Johnny Thunderbird writes:
 > Steve, your objection (although it is of course relevant) is directed to
 > Bussard's concept of using a fusion drive with ramscoop material. Though I
 > have spoken of using proton-lithium fusion, for a drive it only suffices "in
 > system", because its exhaust particles do not achieve relativistic velocity.
 > I do not intend to use fusion rocketry for the main legs of a starship, but
 > as an onboard power source, so this makes its propulsion efficiency
 > irrelevant. For the legs, one uses a tuned linac, as I specified. This makes
 > some of the objections moot, for with an accelerator drive you are putting
 > out relativistic particles, meaning you can achieve an arbitrary thrust from
 > a small amount of reaction mass, if you have the energy to do so.
 > 
 > That someone is dissatisfied with fusion efficiency, is no reason not to
 > have a fusion power reactor aboard the ship. Clearly, it is better to have a
 > working fusion power reactor aboard, than not to have one. People might have
 > theories about other power sources, but wishes are not horses. When they
 > show me something that works, we might be talking engineering.

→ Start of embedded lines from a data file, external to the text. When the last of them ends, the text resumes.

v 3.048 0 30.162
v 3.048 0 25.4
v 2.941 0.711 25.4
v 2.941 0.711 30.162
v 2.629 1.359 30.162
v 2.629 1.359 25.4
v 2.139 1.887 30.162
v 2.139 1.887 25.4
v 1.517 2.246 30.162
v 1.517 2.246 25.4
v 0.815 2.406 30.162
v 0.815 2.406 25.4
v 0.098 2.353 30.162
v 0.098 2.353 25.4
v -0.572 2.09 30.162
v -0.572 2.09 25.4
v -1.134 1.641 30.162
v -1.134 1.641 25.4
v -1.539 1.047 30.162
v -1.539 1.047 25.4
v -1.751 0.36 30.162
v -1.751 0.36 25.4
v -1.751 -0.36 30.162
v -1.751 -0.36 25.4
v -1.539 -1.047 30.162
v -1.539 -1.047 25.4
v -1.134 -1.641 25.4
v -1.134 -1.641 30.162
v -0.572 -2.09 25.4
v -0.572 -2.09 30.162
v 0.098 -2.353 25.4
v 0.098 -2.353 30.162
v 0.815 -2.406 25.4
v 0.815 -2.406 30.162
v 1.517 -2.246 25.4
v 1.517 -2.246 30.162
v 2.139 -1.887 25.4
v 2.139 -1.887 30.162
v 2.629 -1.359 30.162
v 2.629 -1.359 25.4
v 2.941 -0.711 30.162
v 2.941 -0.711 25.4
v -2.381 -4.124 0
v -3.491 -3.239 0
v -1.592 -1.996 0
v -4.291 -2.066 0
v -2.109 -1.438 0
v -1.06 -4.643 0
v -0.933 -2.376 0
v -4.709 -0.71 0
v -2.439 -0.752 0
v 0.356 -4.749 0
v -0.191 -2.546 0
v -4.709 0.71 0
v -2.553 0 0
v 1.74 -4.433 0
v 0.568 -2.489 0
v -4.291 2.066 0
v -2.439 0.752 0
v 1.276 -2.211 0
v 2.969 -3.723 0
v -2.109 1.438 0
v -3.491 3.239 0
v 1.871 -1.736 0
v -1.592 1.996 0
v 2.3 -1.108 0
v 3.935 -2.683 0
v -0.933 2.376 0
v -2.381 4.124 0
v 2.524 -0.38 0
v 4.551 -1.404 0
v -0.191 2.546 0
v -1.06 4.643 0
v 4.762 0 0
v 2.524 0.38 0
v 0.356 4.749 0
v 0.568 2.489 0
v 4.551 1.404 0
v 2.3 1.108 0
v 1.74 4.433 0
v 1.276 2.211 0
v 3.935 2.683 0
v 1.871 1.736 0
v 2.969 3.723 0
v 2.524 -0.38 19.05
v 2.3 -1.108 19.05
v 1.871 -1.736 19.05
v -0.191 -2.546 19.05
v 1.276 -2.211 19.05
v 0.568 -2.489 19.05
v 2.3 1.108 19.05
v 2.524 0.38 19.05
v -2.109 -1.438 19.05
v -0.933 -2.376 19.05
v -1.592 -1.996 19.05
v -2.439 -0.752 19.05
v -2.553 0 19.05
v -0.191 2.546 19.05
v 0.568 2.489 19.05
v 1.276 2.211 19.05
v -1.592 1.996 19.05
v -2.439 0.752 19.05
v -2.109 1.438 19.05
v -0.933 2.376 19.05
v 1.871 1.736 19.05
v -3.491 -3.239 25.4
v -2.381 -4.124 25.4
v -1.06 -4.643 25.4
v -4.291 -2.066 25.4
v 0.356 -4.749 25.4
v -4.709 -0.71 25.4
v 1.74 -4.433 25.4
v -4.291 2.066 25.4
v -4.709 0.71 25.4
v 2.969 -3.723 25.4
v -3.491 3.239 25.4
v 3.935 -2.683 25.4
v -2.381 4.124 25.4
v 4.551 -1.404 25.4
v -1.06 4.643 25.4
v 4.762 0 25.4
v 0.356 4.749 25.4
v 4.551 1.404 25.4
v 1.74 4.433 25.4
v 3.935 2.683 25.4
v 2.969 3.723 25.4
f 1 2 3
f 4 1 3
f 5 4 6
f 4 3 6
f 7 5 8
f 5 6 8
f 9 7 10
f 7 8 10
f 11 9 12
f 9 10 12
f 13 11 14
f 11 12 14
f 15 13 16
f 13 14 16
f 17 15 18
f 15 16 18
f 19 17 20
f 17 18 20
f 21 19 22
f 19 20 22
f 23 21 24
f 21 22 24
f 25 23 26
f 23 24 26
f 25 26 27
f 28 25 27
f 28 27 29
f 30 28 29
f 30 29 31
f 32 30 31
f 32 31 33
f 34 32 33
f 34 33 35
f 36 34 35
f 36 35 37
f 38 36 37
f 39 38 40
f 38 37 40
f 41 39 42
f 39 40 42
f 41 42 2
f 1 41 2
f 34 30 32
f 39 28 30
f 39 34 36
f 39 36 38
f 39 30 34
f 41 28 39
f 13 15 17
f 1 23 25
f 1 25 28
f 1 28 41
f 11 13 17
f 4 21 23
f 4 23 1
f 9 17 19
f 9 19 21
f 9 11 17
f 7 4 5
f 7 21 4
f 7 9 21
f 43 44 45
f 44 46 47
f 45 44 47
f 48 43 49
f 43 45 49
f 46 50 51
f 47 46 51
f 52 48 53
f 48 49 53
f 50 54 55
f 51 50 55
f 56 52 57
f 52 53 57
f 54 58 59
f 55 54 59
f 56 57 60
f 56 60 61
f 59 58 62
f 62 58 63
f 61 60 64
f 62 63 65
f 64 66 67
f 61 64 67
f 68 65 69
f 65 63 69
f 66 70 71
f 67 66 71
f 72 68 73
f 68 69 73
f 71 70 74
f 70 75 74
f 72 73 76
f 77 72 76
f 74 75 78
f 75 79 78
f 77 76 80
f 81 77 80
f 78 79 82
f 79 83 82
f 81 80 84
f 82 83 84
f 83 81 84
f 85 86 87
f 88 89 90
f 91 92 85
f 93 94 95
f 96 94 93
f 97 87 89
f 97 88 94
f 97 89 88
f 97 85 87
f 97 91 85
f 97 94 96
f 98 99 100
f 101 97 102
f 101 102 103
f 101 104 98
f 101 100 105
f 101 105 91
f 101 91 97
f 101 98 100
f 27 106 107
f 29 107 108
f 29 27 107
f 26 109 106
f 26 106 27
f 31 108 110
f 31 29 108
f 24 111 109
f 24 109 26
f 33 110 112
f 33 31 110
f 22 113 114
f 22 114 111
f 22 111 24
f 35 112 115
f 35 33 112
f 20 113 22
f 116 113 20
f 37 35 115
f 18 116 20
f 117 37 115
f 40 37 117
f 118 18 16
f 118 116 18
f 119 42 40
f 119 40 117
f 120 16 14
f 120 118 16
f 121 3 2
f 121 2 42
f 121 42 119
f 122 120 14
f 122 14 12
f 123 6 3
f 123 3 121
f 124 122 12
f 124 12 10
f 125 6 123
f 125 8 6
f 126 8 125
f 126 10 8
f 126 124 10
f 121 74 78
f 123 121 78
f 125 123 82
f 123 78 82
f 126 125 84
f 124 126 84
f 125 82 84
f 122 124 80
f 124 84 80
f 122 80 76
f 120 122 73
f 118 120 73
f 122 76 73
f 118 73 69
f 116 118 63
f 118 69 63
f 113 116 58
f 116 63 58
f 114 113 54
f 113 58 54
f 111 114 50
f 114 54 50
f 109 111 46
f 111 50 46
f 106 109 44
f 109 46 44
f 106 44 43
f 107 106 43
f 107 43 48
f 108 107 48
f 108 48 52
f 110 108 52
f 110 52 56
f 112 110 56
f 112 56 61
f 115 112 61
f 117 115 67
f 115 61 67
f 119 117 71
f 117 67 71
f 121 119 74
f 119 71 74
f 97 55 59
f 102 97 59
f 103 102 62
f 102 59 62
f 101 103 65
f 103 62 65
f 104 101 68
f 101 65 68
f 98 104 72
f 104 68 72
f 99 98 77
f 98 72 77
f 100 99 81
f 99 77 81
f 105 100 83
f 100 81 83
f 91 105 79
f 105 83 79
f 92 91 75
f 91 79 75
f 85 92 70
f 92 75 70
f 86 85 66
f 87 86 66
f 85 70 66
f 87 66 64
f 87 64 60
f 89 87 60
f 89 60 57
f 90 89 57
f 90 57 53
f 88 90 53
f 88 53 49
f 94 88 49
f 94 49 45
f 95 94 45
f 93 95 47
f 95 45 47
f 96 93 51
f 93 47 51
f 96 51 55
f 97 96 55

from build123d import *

# Parameters (mm, degrees)
SKETCH1_R           = 4.7625
BOSS_EXTRUDE2_DEPTH = 25.4
SKETCH4_R           = 2.413
BOSS_EXTRUDE3_DEPTH = 4.7625
SKETCH5_R           = 2.5527
CUT_EXTRUDE2_DEPTH  = 19.05


with BuildPart() as part:
    # Sketch1 → Boss-Extrude2 (new body)
    with BuildSketch(Plane.XY):
        Circle(SKETCH1_R)
    extrude(amount=BOSS_EXTRUDE2_DEPTH)

    # Sketch4 → Boss-Extrude3 (add)
    with BuildSketch(Plane.XY.offset(25.4)):
        with Locations((0.635, 0)):
            Circle(SKETCH4_R)
    extrude(amount=BOSS_EXTRUDE3_DEPTH)

    # Sketch5 → Cut-Extrude2 (cut)
    with BuildSketch(Plane(origin=(0, 0, 0), x_dir=(-1, 0, 0), z_dir=(0, 0, -1))):
        Circle(SKETCH5_R)
    extrude(amount=-CUT_EXTRUDE2_DEPTH, mode=Mode.SUBTRACT)


solid = part.part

Think about this more carefully.  You have to get more energy to obtain
that "arbitrary thrust"; that means that you have to gather more
hydrogen with your ramscoop, fuse it, then concentrate that energy into
a smaller amount of reaction mass.  But by gathering that larger
quantity of hydrogen, you've just induced more drag on your ship.  This
extra drag ends up counteracting whatever benefit you hoped to get by
producing a higher-velocity, lower-mass exhaust.